Lines that contain "DIRECTION": how many are there in the listing below? Answer with a number and nothing more.

*** Opening Input data ***

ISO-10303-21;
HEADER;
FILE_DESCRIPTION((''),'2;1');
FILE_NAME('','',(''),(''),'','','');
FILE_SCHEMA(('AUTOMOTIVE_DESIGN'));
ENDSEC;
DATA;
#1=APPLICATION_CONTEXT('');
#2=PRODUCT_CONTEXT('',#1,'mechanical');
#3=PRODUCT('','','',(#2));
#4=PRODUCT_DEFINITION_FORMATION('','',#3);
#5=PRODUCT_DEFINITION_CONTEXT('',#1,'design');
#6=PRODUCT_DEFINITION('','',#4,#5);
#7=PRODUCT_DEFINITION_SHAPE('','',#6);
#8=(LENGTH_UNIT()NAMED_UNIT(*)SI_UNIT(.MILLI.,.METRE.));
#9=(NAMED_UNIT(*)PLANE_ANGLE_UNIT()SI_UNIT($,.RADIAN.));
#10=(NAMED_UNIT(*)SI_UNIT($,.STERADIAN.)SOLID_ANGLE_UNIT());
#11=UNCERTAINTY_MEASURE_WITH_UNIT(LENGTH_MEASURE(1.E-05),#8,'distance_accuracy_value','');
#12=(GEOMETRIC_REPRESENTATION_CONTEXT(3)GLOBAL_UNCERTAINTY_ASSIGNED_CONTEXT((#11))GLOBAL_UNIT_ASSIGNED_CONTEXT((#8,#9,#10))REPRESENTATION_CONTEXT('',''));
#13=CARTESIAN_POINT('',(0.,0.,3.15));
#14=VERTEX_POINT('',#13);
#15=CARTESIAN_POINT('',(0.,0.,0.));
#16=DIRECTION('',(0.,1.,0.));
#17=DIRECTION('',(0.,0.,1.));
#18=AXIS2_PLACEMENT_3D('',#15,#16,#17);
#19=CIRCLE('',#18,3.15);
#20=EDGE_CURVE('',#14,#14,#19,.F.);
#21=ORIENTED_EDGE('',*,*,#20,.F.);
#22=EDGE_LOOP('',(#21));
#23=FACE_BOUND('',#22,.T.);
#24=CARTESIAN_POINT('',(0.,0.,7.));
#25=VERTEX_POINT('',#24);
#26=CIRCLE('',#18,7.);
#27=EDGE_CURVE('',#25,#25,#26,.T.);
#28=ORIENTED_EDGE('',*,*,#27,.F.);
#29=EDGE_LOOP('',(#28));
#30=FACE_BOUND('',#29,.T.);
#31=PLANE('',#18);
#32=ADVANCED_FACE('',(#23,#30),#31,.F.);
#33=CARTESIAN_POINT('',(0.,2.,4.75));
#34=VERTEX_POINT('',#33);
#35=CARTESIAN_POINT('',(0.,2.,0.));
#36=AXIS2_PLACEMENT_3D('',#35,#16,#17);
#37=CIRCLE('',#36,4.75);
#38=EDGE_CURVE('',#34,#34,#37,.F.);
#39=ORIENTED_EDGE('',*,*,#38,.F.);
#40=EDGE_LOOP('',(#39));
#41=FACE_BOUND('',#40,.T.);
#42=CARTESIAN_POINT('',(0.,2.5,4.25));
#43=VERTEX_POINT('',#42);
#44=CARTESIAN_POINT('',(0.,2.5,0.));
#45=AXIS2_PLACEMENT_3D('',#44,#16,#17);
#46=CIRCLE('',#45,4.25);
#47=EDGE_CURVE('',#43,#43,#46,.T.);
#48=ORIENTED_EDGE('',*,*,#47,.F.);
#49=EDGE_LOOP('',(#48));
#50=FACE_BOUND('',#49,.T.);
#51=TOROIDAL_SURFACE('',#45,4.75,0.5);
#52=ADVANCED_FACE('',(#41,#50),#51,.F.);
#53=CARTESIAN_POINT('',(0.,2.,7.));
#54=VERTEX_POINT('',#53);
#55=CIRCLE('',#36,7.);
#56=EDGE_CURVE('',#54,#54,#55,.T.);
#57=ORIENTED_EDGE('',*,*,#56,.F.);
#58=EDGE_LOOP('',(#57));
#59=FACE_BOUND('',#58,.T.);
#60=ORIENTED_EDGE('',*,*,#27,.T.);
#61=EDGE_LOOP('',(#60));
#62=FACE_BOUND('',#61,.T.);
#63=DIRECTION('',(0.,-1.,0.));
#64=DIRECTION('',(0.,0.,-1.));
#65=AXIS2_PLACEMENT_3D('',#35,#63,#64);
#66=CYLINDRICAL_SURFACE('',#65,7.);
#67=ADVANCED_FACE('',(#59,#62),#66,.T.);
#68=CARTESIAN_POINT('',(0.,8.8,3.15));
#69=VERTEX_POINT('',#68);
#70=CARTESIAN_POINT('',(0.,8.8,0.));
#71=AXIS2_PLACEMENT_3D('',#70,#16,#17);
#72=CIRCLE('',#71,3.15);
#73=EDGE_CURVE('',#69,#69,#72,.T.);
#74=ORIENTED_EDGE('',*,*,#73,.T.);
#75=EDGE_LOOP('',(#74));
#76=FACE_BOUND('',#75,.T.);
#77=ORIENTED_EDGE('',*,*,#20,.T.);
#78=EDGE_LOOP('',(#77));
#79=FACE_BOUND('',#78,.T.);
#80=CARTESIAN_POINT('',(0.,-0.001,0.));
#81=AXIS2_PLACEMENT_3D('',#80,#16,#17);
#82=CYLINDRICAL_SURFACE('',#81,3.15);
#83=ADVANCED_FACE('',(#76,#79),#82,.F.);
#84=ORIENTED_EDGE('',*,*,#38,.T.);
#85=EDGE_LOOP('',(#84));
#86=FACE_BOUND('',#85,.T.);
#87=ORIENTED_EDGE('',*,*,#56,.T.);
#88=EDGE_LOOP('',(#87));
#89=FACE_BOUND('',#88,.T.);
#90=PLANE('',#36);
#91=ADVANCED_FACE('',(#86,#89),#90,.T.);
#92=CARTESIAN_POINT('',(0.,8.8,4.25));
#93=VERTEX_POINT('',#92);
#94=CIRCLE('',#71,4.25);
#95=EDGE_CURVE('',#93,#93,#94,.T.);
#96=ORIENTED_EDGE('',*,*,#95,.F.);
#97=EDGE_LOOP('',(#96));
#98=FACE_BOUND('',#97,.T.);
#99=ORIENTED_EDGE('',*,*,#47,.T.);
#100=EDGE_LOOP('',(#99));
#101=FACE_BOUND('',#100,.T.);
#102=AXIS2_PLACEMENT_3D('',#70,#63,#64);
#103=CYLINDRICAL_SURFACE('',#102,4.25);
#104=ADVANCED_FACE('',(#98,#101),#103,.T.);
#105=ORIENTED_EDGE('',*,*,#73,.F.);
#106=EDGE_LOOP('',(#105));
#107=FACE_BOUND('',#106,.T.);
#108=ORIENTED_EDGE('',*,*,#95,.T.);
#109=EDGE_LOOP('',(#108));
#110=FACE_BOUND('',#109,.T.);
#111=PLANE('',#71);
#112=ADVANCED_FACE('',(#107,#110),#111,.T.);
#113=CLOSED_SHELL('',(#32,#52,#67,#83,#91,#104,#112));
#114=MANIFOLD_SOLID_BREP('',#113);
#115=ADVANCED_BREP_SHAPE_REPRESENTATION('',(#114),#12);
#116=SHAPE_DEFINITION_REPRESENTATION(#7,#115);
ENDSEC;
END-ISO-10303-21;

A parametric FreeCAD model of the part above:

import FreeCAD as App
import Part
import Sketcher
Q = App.Units.Quantity


def edges_at(feature, points):
    """Names of the edges that pass closest to the given points."""
    edges = feature.Shape.Edges
    near = lambda p: min(range(len(edges)), key=lambda i: edges[i].distToShape(Part.Vertex(*p))[0])
    return sorted({f"Edge{near(p) + 1}" for p in points})

doc = App.newDocument("Part")
body = doc.addObject("PartDesign::Body", "Body")

# Sketch on XZ plane
sketch1 = body.newObject("Sketcher::SketchObject", "Sketch")
sketch1.AttachmentSupport = (doc.getObject("XZ_Plane"), [""])
sketch1.MapMode = "FlatFace"
sketch1.addGeometry(Part.Circle(App.Vector(0, 0, 0), App.Vector(0, 0, 1), 7), False)
sketch1.addConstraint([
    Sketcher.Constraint("Coincident", 0, 3, -1, 1),
    Sketcher.Constraint("Diameter", 0, Q("14 mm")),
])
pad1 = body.newObject("PartDesign::Pad", "Pad")
pad1.Profile = sketch1
pad1.Length = 2
pad1.Reversed = True

# Sketch on XZ plane
sketch2 = body.newObject("Sketcher::SketchObject", "Sketch001")
sketch2.AttachmentSupport = (doc.getObject("XZ_Plane"), [""])
sketch2.MapMode = "FlatFace"
sketch2.AttachmentOffset = App.Placement(App.Vector(0, 0, -2), App.Rotation())
sketch2.addGeometry(Part.Circle(App.Vector(0, 0, 0), App.Vector(0, 0, 1), 4.2), False)
sketch2.addConstraint([
    Sketcher.Constraint("Coincident", 0, 3, -1, 1),
    Sketcher.Constraint("Diameter", 0, Q("8.5 mm")),
])
pad2 = body.newObject("PartDesign::Pad", "Pad001")
pad2.Profile = sketch2
pad2.Length = 6.8
pad2.Reversed = True

# Sketch on XZ plane
sketch3 = body.newObject("Sketcher::SketchObject", "Sketch002")
sketch3.AttachmentSupport = (doc.getObject("XZ_Plane"), [""])
sketch3.MapMode = "FlatFace"
sketch3.AttachmentOffset = App.Placement(App.Vector(0, 0, -8.8), App.Rotation())
sketch3.addGeometry(Part.Circle(App.Vector(0, 0, 0), App.Vector(0, 0, 1), 3.1), False)
sketch3.addConstraint([
    Sketcher.Constraint("Coincident", 0, 3, -1, 1),
    Sketcher.Constraint("Diameter", 0, Q("6.3 mm")),
])
pocket1 = body.newObject("PartDesign::Pocket", "Pocket")
pocket1.Profile = sketch3
pocket1.Type = "UpToFirst"
pocket1.Reversed = True
doc.recompute()

fillet = body.newObject("PartDesign::Fillet", "Fillet")
fillet.Base = (pocket1, edges_at(pocket1, [(0, 2, -4.25)]))
fillet.Radius = 0.5

doc.recompute()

*** Closing Input data ***

Exercise result: 4